> Aim of the task:
Every line from the beginning of the data through the line containing "f 285 103 286" should be reproduced exactly, and no further lines should be output.
═══ Provided information
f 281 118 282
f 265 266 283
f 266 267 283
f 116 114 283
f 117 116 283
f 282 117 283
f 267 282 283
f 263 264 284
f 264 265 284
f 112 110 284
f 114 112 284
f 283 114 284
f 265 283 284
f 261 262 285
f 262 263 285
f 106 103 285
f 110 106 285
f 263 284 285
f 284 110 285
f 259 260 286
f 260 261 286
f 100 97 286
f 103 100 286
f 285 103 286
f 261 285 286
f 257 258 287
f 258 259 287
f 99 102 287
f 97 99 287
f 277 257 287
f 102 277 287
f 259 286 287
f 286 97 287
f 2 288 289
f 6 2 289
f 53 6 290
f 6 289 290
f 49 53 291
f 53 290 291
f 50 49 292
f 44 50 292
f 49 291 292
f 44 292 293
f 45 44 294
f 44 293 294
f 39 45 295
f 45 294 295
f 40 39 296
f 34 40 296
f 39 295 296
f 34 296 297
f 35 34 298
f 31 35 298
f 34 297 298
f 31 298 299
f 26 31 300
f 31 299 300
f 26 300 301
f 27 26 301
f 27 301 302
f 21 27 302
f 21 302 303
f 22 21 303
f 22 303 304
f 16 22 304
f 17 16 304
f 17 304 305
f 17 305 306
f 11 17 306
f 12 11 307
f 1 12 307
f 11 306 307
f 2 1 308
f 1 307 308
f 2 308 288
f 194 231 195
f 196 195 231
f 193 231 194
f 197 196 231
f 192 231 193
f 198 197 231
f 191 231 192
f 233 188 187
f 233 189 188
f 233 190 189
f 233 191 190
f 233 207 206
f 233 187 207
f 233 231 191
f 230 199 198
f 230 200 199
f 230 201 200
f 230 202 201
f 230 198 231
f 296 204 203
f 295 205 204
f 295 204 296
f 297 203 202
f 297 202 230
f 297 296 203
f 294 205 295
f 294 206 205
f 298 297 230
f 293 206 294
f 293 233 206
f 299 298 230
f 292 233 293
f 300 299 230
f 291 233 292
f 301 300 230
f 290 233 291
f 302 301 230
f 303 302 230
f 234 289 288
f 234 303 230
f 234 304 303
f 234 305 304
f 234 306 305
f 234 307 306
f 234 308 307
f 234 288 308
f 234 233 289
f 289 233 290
══════
> Solution for this problem:
f 281 118 282
f 265 266 283
f 266 267 283
f 116 114 283
f 117 116 283
f 282 117 283
f 267 282 283
f 263 264 284
f 264 265 284
f 112 110 284
f 114 112 284
f 283 114 284
f 265 283 284
f 261 262 285
f 262 263 285
f 106 103 285
f 110 106 285
f 263 284 285
f 284 110 285
f 259 260 286
f 260 261 286
f 100 97 286
f 103 100 286
f 285 103 286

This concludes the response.